B u n d e s v e r w a l t u n g s g e r i c h t
T r i b u n a l a d m i n i s t r a t i f f é d é r a l
T r i b u n a l e a m m i n i s t r a t i v o f e d e r a l e
T r i b u n a l a d m i n i s t r a t i v f e d e r a l
Composit ion
Parties
Objet
D-720/2009
A.
Le (...), l'intéressé a déposé une demande d'asile à l'aéroport de
Genève-Cointrin.
B.
Par décision incidente du 14 janvier 2009, fondée sur l'art. 22 al. 2 à 5
de la loi sur l'asile du 26 juin 1998 (LAsi, RS 142.31), l'ODM a provi-
soirement refusé l'entrée en Suisse à l'intéressé et assigné à ce der-
nier la zone de transit de l'aéroport comme lieu de résidence pour une
durée maximale de 60 jours.
C.
Par décision du même jour, le Tribunal tutélaire du canton C._______ a
nommé D._______ comme personne de confiance de l'intéressé
conformément à ce qui est prévu à l'art. 17 al. 3 LAsi pour les
requérants mineurs non accompagnés.
D.
Entendu sur ses motifs d'asile les (...), l'intéressé a allégué que, le jour
de l'enterrement du président Lansana Conté, son père, avec lequel il
vivait depuis la mort de sa mère, s'était fait tuer chez lui à trois heures
du matin. Se retrouvant seul et sans soutien, il aurait tenté sans
succès de trouver de l'aide auprès de différentes personnes. Un
groupe de jeunes orphelins lui aurait demandé, sous la menace,
d'adhérer à leur groupe (cf. procès-verbal de l'audition du [...], p. 9).

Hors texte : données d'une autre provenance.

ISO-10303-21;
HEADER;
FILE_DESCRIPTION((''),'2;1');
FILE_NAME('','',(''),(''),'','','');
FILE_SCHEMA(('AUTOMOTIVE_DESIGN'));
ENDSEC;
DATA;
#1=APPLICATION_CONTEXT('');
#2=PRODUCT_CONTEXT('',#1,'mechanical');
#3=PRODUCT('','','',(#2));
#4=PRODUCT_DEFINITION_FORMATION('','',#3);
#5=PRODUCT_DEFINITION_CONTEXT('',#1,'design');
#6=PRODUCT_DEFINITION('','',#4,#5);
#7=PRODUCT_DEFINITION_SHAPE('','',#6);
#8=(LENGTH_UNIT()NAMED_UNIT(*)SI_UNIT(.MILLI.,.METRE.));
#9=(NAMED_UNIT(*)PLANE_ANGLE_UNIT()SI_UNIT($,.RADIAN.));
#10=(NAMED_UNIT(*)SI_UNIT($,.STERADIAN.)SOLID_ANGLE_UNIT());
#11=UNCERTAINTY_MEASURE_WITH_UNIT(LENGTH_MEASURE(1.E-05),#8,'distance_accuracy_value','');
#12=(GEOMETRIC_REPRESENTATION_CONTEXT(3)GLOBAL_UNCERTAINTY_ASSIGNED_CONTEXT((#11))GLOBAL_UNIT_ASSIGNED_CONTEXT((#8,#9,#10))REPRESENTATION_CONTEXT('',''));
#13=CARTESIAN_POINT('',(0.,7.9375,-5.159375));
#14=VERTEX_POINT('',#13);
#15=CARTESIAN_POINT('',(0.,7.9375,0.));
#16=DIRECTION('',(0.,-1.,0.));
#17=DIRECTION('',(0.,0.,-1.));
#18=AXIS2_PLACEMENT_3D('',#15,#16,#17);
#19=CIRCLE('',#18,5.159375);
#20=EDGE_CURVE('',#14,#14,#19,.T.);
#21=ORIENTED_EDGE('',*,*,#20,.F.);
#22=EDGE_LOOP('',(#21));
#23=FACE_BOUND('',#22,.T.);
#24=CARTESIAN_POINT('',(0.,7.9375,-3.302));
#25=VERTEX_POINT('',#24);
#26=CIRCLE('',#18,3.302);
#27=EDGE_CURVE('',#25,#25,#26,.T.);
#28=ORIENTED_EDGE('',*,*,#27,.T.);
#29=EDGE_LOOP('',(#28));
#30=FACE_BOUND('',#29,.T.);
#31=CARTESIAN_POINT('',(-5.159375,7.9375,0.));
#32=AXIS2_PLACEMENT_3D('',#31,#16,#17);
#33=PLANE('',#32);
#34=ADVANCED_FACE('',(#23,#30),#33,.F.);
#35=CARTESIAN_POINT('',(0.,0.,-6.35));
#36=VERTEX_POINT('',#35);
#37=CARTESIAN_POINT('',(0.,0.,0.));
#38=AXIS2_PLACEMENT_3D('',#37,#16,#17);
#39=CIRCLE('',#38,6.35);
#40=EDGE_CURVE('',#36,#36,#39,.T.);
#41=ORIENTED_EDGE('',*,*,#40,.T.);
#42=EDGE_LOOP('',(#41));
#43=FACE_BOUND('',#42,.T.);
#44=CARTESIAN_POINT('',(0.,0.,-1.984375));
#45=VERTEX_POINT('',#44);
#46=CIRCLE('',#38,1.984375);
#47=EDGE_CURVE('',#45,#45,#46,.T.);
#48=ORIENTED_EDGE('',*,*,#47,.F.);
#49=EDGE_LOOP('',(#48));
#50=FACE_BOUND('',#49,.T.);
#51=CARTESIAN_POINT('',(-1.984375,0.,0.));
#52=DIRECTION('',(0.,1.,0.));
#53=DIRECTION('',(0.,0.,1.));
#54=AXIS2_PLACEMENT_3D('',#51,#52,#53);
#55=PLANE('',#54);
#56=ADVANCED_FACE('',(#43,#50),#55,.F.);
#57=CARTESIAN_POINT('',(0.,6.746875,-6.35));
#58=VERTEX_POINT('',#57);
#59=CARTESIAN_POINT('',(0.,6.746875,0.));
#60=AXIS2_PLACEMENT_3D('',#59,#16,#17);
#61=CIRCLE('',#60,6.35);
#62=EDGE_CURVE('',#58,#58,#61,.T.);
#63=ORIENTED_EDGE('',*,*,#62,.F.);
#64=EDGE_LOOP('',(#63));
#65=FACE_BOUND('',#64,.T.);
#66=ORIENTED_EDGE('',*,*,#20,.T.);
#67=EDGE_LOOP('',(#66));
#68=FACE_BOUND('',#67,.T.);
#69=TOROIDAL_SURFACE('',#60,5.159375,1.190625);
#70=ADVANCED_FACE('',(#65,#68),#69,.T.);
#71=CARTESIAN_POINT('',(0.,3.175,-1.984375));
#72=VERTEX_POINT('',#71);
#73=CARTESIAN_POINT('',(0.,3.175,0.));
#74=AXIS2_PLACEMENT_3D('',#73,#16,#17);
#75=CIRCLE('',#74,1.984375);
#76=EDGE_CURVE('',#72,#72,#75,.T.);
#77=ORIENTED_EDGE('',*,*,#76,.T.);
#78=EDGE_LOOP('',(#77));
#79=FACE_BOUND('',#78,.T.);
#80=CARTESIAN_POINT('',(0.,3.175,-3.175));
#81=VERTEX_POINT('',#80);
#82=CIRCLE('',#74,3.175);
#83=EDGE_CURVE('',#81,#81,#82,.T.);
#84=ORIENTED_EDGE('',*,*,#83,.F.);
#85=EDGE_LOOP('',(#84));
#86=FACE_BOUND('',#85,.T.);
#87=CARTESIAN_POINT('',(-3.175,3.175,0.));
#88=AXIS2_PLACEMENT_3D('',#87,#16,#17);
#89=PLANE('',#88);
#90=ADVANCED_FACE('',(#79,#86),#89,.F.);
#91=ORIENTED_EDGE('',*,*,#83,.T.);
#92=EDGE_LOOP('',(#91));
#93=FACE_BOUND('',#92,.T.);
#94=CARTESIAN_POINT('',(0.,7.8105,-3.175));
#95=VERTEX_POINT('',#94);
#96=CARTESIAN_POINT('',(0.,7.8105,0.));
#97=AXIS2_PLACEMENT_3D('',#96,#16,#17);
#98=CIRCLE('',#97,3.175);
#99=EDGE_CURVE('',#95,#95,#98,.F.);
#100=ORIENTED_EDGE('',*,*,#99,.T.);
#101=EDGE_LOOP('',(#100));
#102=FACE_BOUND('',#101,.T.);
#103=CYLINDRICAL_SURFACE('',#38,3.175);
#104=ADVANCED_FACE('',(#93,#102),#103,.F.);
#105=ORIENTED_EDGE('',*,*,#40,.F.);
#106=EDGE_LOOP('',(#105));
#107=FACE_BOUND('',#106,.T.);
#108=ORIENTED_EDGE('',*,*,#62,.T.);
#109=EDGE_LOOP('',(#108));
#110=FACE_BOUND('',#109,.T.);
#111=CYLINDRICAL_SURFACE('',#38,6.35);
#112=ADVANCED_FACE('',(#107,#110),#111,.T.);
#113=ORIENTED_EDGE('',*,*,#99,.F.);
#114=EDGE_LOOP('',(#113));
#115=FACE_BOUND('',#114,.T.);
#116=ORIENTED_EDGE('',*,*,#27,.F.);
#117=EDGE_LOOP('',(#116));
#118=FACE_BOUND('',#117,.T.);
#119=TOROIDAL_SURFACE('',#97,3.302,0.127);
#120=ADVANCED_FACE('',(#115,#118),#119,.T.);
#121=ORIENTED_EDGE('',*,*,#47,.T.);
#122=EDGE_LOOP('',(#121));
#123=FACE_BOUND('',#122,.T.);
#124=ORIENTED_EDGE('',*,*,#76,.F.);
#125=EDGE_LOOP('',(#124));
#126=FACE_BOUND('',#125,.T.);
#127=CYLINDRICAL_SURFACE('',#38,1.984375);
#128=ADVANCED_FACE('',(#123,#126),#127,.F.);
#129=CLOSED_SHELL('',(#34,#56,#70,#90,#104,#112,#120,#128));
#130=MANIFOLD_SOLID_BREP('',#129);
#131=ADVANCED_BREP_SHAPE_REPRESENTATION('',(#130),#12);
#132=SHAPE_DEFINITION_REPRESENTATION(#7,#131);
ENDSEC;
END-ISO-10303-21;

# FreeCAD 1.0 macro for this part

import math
import FreeCAD as App
import Part
import Sketcher
Q = App.Units.Quantity


def edges_at(feature, points):
    """Names of the edges that pass closest to the given points."""
    edges = feature.Shape.Edges
    near = lambda p: min(range(len(edges)), key=lambda i: edges[i].distToShape(Part.Vertex(*p))[0])
    return sorted({f"Edge{near(p) + 1}" for p in points})

doc = App.newDocument("Part")
body = doc.addObject("PartDesign::Body", "Body")

# Sketch on XY plane
sketch1 = body.newObject("Sketcher::SketchObject", "Sketch")
sketch1.AttachmentSupport = (doc.getObject("XY_Plane"), [""])
sketch1.MapMode = "FlatFace"
sketch1.addGeometry([
    Part.LineSegment(App.Vector(-6.3, 6.7, 0), App.Vector(-6.3, 0, 0)),  # 0
    Part.LineSegment(App.Vector(-6.3, 0, 0), App.Vector(-2, 0, 0)),  # 1
    Part.LineSegment(App.Vector(-2, 0, 0), App.Vector(-2, 3.2, 0)),  # 2
    Part.LineSegment(App.Vector(-2, 3.2, 0), App.Vector(-3.2, 3.2, 0)),  # 3
    Part.LineSegment(App.Vector(-3.2, 3.2, 0), App.Vector(-3.2, 7.9, 0)),  # 4
    Part.LineSegment(App.Vector(-3.2, 7.9, 0), App.Vector(-5.2, 7.9, 0)),  # 5
    Part.ArcOfCircle(Part.Circle(App.Vector(-5.2, 6.7, 0), App.Vector(0, 0, 1), 1.2), math.radians(90), math.radians(180)),  # 6
], False)
sketch1.addConstraint([
    Sketcher.Constraint("Coincident", 0, 2, 1, 1),
    Sketcher.Constraint("Coincident", 1, 2, 2, 1),
    Sketcher.Constraint("Coincident", 2, 2, 3, 1),
    Sketcher.Constraint("Coincident", 3, 2, 4, 1),
    Sketcher.Constraint("Coincident", 4, 2, 5, 1),
    Sketcher.Constraint("Tangent", 5, 2, 6, 1),
    Sketcher.Constraint("Tangent", 6, 2, 0, 1),
    Sketcher.Constraint("Vertical", 0),
    Sketcher.Constraint("Horizontal", 1),
    Sketcher.Constraint("Vertical", 2),
    Sketcher.Constraint("Horizontal", 3),
    Sketcher.Constraint("Vertical", 4),
    Sketcher.Constraint("Horizontal", 5),
    Sketcher.Constraint("PointOnObject", 0, 2, -1),
    Sketcher.Constraint("Radius", 6, Q("0.046875 in")),
    Sketcher.Constraint("DistanceX", 1, 1, 1, 2, Q("0.171875 in")),
    Sketcher.Constraint("DistanceX", 3, 2, 3, 1, Q("0.046875 in")),
    Sketcher.Constraint("DistanceY", 0, 2, 0, 1, Q("0.265625 in")),
    Sketcher.Constraint("DistanceY", 2, 1, 2, 2, Q("0.125 in")),
    Sketcher.Constraint("DistanceX", 0, 2, -1, 1, Q("0.25 in")),
])
revolution = body.newObject("PartDesign::Revolution", "Revolution")
revolution.Profile = sketch1
revolution.ReferenceAxis = (sketch1, ["V_Axis"])
revolution.Angle = 360
doc.recompute()

fillet = body.newObject("PartDesign::Fillet", "Fillet")
fillet.Base = (revolution, edges_at(revolution, [(3.175, 7.938, 0)]))
fillet.Radius = Q("0.005 in")

doc.recompute()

Mais comme ces jeunes "fumaient des cigarettes et se promenaient la
nuit", le requérant n'aurait pas voulu les rejoindre. Il aurait donc craint
des représailles de leur part. Trois jours après le décès de son père, il
aurait dû quitter son domicile, car le propriétaire de l'immeuble aurait
refusé de continuer à l'héberger. Il serait alors allé au marché et y
serait resté deux jours. Un matin, il aurait été réveillé brutalement par
un militaire qui l'aurait piétiné. Très choqué, il se serait rendu dans une
agence de voyage et aurait acheté un billet d'avion pour la Suisse. Il
aurait en effet disposé, selon ses dires, d'un peu plus de six millions
de francs guinéens laissés par son père, ainsi que d'un passeport
muni d'un visa pour la Suisse que son père aurait fait établir à
E._______ dans le but de l'envoyer étudier dans ce pays. Muni de son
propre passeport et du visa en question, l'intéressé aurait rejoint la
Suisse par avion en transitant par Casablanca, sans rencontrer de
difficultés particulières. Il aurait perdu ses documents à l'arrivée à
Genève.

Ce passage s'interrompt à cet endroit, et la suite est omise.